Google seems to be just using the planned duration of trips provided by BMTC to estimate the duration of a trip. This is **evidently wrong**, and discourages me from taking a bus when I have to get somewhere on time. Can we help improve this situation? 

Also, it is common knowledge that trips between the same origins and destinations take different times based on the time of the day. BMTC's single estimate of a trip duration isn't helping people plan their trips effectively!

# Approach

Uber's [movement dataset](https://movement.uber.com/) for Bangalore provides various statistics about travel time duration between pairs of [wards in Bangalore](https://en.wikipedia.org/wiki/List_of_wards_in_Bangalore), by the hour of day.

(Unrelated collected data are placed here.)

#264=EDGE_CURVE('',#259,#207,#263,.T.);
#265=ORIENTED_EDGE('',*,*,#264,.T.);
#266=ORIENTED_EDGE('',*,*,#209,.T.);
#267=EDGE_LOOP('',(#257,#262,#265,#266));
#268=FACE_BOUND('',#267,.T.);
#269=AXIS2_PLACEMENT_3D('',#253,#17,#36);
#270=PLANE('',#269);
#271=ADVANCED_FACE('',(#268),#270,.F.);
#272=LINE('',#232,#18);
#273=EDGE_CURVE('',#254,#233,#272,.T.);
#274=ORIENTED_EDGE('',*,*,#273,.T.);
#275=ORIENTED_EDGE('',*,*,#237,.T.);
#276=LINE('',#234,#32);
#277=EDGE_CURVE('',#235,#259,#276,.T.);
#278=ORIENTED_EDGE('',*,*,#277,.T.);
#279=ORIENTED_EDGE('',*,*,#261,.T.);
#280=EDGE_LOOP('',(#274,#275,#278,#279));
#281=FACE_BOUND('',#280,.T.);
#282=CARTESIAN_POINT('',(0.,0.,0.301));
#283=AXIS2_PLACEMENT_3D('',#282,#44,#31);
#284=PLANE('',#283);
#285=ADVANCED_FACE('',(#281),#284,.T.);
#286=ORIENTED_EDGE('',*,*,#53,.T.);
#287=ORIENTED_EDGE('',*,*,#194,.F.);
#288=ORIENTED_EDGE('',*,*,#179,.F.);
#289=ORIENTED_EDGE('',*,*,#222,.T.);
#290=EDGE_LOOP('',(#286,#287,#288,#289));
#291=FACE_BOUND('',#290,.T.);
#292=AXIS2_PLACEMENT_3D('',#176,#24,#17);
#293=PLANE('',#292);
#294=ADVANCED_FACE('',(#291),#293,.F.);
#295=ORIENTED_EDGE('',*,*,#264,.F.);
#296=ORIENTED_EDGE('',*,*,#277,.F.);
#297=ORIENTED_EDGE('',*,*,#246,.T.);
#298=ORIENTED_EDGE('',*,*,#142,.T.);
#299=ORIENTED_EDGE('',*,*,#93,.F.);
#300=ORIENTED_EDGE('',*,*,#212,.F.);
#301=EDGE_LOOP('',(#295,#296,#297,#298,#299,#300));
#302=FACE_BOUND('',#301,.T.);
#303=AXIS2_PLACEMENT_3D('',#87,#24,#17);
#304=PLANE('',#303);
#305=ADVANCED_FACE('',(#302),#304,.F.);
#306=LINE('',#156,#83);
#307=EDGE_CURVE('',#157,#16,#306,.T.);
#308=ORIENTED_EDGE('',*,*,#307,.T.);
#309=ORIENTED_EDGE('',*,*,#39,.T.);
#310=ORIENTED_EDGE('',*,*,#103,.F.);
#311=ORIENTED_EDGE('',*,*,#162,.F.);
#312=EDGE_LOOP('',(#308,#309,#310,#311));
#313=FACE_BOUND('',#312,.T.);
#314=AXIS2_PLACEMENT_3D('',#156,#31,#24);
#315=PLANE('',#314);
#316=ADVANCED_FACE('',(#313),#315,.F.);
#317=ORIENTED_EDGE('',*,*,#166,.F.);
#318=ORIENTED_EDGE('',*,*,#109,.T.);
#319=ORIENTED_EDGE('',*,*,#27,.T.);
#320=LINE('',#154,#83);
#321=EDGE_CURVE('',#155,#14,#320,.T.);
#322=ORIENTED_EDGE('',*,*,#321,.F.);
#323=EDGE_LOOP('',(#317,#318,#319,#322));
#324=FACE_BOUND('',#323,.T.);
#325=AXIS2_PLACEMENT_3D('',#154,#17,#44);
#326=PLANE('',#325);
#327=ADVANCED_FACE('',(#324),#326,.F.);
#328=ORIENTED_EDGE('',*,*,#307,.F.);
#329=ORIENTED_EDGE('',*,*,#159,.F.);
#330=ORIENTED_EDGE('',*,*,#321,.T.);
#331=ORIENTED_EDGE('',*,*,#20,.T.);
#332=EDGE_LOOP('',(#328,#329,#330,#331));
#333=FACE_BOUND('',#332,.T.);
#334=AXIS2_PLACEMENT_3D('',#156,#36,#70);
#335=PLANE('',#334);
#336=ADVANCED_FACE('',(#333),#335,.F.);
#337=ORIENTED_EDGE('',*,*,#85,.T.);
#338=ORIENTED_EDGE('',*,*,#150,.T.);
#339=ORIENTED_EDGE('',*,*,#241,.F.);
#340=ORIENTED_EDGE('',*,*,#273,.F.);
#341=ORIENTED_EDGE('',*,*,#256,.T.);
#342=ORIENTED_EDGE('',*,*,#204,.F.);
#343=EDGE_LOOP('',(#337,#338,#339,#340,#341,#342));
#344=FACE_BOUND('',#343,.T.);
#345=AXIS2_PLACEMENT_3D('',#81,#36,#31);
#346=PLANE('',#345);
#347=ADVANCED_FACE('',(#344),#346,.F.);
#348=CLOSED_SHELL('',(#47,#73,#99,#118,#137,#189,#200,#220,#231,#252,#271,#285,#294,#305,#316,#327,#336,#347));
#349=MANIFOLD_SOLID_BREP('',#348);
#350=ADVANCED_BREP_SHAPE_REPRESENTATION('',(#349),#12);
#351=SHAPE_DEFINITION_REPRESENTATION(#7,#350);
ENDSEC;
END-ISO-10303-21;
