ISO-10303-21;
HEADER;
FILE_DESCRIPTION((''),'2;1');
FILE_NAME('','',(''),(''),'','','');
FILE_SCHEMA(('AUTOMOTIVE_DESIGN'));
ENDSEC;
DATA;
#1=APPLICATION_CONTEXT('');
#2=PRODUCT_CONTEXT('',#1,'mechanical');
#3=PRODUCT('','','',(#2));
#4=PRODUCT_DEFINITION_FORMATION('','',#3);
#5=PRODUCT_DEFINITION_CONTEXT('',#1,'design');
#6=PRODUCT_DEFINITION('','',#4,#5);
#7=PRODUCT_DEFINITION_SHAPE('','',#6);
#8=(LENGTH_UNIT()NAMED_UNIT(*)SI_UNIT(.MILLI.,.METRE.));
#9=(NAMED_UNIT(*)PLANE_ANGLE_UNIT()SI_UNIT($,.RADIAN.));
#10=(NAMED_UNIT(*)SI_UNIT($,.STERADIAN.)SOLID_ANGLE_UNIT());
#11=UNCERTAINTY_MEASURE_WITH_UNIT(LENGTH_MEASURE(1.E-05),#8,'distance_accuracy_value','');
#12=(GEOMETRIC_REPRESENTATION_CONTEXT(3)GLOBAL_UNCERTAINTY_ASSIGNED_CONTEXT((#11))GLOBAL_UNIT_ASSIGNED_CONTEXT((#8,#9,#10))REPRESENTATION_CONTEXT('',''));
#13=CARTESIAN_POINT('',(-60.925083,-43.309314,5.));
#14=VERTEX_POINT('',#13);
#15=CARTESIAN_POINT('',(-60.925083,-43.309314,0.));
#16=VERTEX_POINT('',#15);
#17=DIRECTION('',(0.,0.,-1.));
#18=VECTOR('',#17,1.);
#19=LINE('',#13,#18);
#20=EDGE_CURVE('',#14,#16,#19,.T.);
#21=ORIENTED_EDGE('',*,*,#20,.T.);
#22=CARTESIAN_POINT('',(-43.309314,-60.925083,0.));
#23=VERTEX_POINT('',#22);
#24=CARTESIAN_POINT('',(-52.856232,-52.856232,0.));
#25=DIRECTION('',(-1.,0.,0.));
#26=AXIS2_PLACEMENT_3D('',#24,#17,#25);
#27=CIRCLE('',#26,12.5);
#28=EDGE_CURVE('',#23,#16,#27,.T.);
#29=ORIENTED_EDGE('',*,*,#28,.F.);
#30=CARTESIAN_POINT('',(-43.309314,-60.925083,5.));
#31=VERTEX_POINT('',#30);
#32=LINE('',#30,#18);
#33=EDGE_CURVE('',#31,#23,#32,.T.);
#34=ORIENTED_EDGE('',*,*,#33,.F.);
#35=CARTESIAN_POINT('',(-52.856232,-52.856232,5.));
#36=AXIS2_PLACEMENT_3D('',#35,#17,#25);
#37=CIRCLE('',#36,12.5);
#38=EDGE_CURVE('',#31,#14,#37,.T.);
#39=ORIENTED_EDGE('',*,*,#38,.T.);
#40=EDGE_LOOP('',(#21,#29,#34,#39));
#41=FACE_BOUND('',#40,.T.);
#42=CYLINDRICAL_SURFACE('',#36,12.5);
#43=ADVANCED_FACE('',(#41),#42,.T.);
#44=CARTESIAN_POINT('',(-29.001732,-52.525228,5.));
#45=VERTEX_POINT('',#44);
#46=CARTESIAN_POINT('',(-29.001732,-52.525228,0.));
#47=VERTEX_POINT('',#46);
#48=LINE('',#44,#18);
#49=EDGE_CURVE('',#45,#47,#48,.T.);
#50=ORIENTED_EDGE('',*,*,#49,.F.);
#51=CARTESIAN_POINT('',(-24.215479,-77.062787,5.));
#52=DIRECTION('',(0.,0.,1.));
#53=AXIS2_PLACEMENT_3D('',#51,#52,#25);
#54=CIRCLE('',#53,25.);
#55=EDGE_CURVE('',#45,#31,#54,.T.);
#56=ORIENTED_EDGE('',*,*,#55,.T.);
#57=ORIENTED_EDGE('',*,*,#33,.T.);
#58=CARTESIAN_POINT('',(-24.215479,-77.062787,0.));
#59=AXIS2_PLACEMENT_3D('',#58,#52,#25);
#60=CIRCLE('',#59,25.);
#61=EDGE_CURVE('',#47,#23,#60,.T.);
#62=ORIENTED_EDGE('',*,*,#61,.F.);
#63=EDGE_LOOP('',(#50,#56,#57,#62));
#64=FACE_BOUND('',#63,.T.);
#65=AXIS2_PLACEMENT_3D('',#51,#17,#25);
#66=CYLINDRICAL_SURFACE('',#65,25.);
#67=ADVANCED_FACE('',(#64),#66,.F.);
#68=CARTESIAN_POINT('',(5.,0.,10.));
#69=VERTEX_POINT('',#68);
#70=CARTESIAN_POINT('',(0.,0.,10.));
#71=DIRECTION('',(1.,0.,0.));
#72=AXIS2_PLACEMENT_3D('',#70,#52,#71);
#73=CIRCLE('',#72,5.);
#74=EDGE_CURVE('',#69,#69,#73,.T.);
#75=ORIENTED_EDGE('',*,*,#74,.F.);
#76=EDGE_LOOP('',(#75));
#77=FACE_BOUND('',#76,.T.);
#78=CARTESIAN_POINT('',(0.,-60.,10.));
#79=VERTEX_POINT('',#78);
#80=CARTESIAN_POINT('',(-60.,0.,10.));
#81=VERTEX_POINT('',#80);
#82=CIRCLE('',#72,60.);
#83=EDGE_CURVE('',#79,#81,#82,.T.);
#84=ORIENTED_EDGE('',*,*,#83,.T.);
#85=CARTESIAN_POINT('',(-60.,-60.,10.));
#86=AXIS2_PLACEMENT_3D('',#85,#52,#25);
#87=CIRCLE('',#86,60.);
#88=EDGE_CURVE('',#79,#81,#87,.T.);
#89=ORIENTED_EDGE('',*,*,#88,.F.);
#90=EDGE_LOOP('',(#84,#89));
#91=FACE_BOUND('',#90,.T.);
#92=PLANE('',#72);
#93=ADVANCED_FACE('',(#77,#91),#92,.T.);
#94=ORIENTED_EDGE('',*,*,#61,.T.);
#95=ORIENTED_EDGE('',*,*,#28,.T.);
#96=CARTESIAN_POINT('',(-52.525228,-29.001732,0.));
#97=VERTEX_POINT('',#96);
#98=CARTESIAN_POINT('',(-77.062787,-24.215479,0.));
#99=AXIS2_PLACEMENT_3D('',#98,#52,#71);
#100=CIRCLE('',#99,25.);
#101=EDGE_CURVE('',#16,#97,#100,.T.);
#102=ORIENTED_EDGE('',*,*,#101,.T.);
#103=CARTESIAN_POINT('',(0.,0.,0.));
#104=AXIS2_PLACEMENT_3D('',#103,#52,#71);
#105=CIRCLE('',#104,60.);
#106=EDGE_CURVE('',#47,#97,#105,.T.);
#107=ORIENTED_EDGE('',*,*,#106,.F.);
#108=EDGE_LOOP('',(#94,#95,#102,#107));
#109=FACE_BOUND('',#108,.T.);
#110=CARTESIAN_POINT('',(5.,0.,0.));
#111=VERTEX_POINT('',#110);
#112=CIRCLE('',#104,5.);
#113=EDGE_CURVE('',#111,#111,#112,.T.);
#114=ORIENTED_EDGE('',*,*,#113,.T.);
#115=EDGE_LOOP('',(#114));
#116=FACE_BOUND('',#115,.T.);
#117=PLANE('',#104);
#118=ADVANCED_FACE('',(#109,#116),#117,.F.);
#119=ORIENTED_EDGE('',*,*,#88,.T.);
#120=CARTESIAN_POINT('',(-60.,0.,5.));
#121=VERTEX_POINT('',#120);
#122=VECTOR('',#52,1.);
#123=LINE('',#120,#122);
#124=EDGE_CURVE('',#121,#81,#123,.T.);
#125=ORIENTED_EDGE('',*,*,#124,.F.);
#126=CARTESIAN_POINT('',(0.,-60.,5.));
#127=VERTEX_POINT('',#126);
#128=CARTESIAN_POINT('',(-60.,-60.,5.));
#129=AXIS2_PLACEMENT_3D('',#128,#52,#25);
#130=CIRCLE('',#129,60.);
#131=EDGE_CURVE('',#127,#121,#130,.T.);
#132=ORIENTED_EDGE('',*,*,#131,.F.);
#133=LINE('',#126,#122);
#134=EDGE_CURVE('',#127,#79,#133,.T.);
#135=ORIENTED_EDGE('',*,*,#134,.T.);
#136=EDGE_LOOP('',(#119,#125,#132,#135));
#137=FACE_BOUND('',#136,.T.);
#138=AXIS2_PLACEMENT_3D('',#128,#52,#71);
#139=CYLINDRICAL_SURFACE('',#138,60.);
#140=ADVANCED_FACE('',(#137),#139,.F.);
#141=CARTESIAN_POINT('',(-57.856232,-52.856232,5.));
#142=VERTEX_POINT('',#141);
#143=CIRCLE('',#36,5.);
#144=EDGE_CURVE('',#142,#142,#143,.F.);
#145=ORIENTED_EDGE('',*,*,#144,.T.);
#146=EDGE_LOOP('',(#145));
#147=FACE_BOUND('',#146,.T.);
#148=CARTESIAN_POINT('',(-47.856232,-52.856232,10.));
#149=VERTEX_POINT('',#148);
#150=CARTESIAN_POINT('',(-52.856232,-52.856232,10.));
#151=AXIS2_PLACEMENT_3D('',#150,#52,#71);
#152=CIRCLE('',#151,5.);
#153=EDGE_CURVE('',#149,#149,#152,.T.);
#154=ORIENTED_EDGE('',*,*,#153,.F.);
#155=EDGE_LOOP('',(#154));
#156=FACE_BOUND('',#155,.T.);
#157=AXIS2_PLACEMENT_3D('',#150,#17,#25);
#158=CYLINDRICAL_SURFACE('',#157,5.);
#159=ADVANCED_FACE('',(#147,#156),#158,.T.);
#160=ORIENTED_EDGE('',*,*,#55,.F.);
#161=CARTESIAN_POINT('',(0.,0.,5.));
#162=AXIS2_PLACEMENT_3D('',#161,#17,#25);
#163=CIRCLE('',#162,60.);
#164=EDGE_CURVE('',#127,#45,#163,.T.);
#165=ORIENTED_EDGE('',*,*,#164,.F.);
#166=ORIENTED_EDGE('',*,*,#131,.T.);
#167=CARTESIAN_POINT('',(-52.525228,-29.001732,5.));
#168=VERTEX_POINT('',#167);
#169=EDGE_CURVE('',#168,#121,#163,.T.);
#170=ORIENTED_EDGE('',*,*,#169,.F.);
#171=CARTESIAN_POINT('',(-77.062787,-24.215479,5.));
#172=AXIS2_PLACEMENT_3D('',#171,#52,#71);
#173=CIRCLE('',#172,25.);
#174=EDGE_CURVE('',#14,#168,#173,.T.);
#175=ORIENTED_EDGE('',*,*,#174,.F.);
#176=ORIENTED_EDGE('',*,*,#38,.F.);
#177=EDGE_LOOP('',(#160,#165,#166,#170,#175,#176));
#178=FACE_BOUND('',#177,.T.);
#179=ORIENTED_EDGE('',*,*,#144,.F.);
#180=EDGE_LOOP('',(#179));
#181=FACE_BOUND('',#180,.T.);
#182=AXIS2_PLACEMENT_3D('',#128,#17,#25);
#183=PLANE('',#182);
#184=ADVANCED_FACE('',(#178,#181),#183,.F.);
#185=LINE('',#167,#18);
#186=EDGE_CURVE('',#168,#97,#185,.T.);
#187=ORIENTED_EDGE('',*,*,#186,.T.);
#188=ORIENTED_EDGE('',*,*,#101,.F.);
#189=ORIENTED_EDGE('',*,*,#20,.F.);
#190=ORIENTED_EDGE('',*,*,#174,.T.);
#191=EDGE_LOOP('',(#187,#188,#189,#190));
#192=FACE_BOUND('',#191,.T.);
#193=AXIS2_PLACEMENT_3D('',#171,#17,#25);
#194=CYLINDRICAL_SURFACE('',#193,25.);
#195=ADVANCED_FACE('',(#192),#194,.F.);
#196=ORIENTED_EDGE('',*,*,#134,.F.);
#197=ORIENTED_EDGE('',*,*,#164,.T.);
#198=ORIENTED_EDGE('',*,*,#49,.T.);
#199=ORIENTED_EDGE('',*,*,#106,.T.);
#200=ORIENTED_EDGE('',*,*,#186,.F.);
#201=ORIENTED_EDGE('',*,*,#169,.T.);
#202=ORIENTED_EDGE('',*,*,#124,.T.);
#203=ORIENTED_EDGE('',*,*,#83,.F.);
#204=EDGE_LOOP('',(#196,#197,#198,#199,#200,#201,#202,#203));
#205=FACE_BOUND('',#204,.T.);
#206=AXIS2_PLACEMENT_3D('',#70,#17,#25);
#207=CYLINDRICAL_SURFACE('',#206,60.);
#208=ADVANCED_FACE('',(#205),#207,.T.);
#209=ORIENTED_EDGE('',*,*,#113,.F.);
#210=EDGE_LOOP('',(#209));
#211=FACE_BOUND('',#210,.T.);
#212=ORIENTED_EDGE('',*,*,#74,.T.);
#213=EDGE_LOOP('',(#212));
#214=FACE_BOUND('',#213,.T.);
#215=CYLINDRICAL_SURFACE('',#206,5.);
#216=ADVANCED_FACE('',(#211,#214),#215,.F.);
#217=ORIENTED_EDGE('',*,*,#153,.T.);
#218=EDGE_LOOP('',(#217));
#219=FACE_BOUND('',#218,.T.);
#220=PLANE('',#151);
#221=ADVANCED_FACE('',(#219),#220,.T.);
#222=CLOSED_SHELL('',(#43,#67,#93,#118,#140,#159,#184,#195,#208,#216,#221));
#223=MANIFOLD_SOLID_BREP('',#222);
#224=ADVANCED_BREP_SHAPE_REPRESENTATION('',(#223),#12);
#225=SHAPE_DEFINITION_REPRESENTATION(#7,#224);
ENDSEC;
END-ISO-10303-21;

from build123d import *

# Parameters (mm, degrees)
SKICA1_R                 = 60
SKICA1_R_2               = 5
P_IDAT_VYSUNUT_M1_DEPTH  = 10
ODEBRAT_VYSUNUT_M1_DEPTH = 5
P_IDAT_VYSUNUT_M2_DEPTH  = 5
SKICA5_R                 = 5
P_IDAT_VYSUNUT_M3_DEPTH  = 5


with BuildPart() as part:
    # Skica1 → Přidat vysunutím1 (new body)
    with BuildSketch(Plane.XY):
        Circle(SKICA1_R)
        Circle(SKICA1_R_2, mode=Mode.SUBTRACT)
    extrude(amount=P_IDAT_VYSUNUT_M1_DEPTH)

    # Skica2 → Odebrat vysunutím1 (cut)
    with BuildSketch(Plane.XY.offset(10)):
        with BuildLine():
            Line((-60, 0), (-60, -60))
            Line((-60, -60), (0, -60))
            ThreePointArc((0, -60), (-17.573593129, -17.573593129), (-60, 0))
        make_face()
    extrude(amount=-ODEBRAT_VYSUNUT_M1_DEPTH, mode=Mode.SUBTRACT)

    # Skica4 → Přidat vysunutím2 (add)
    with BuildSketch(Plane(origin=(0, 0, 0), x_dir=(-1, 0, 0), z_dir=(0, 0, -1))):
        with BuildLine():
            ThreePointArc((29.001731724, -52.525227815), (42.426406871, -42.426406871), (52.525227815, -29.001731724))
            ThreePointArc((52.525227815, -29.001731724), (55.503659439, -36.872652673), (60.925083435, -43.309314338))
            ThreePointArc((60.925083435, -43.309314338), (61.695066659, -61.695066659), (43.309314338, -60.925083435))
            ThreePointArc((43.309314338, -60.925083435), (36.872652673, -55.503659439), (29.001731724, -52.525227815))
        make_face()
    extrude(amount=-P_IDAT_VYSUNUT_M2_DEPTH)

    # Skica5 → Přidat vysunutím3 (add)
    with BuildSketch(Plane.XY.offset(5)):
        with Locations(Location((-52.856231894, -52.856231894, 0), (0, 0, 180))):
            Circle(SKICA5_R)
    extrude(amount=P_IDAT_VYSUNUT_M3_DEPTH)


solid = part.part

BMTC's bus route data provides the list of bus-stops on each route, along with latitude/longitude information for those bus stops. 

We attempt to use these two datasets to get a sense of how accurate BMTC's estimates of trip duration are, and to help them improve these esitmates if possible. 

## Details

To be able to estimate roughly each route's trip duration, we do the following. 

1. Pick a route, and get a list of bus stops on that route. 
1. For each bus stop, figure out the ward name/number in which it lies. Uber's data gives us mean travel times between wards. 
1. Simplify the route to be a hop between wards, instead of hops between bus stops. We group all bus stops within a ward as one hop. 
1. Use Uber's data to get the mean travel time between consecutive wards on the route and add it up to get a *very very* rough estimate of the duration of the trip. 
1. Repeat this for all the routes and get a sense of how accurate/inaccurate the BMTC trip durations are.

## Code

In [1]:
import pandas as pd
from utils import get_bmtc_routes, get_uber_travel_time, get_ward, route_to_wards

data = get_bmtc_routes()

BMTC's data provides bus stops on the route as `json` list, the time for the route, and the route number. Below is a sample of what the data looks like. 

In [2]:
data[:3][['route_no', 'time', 'map_json_content']]

Unnamed: 0,route_no,time,map_json_content
0,1,01:25 Min.,"[{""busstop"": ""Jayanagara 9th Block,JAYANAGARA ..."
1,1E,01:45 Min.,"[{""busstop"": ""JPNagara 6th Phase,JP NAGARA 6TH..."
2,1F,00:50 Min.,"[{""busstop"": ""BTM Layout,BTM Layout 2nd Stage,..."


In [3]:
travel_time_data = get_uber_travel_time()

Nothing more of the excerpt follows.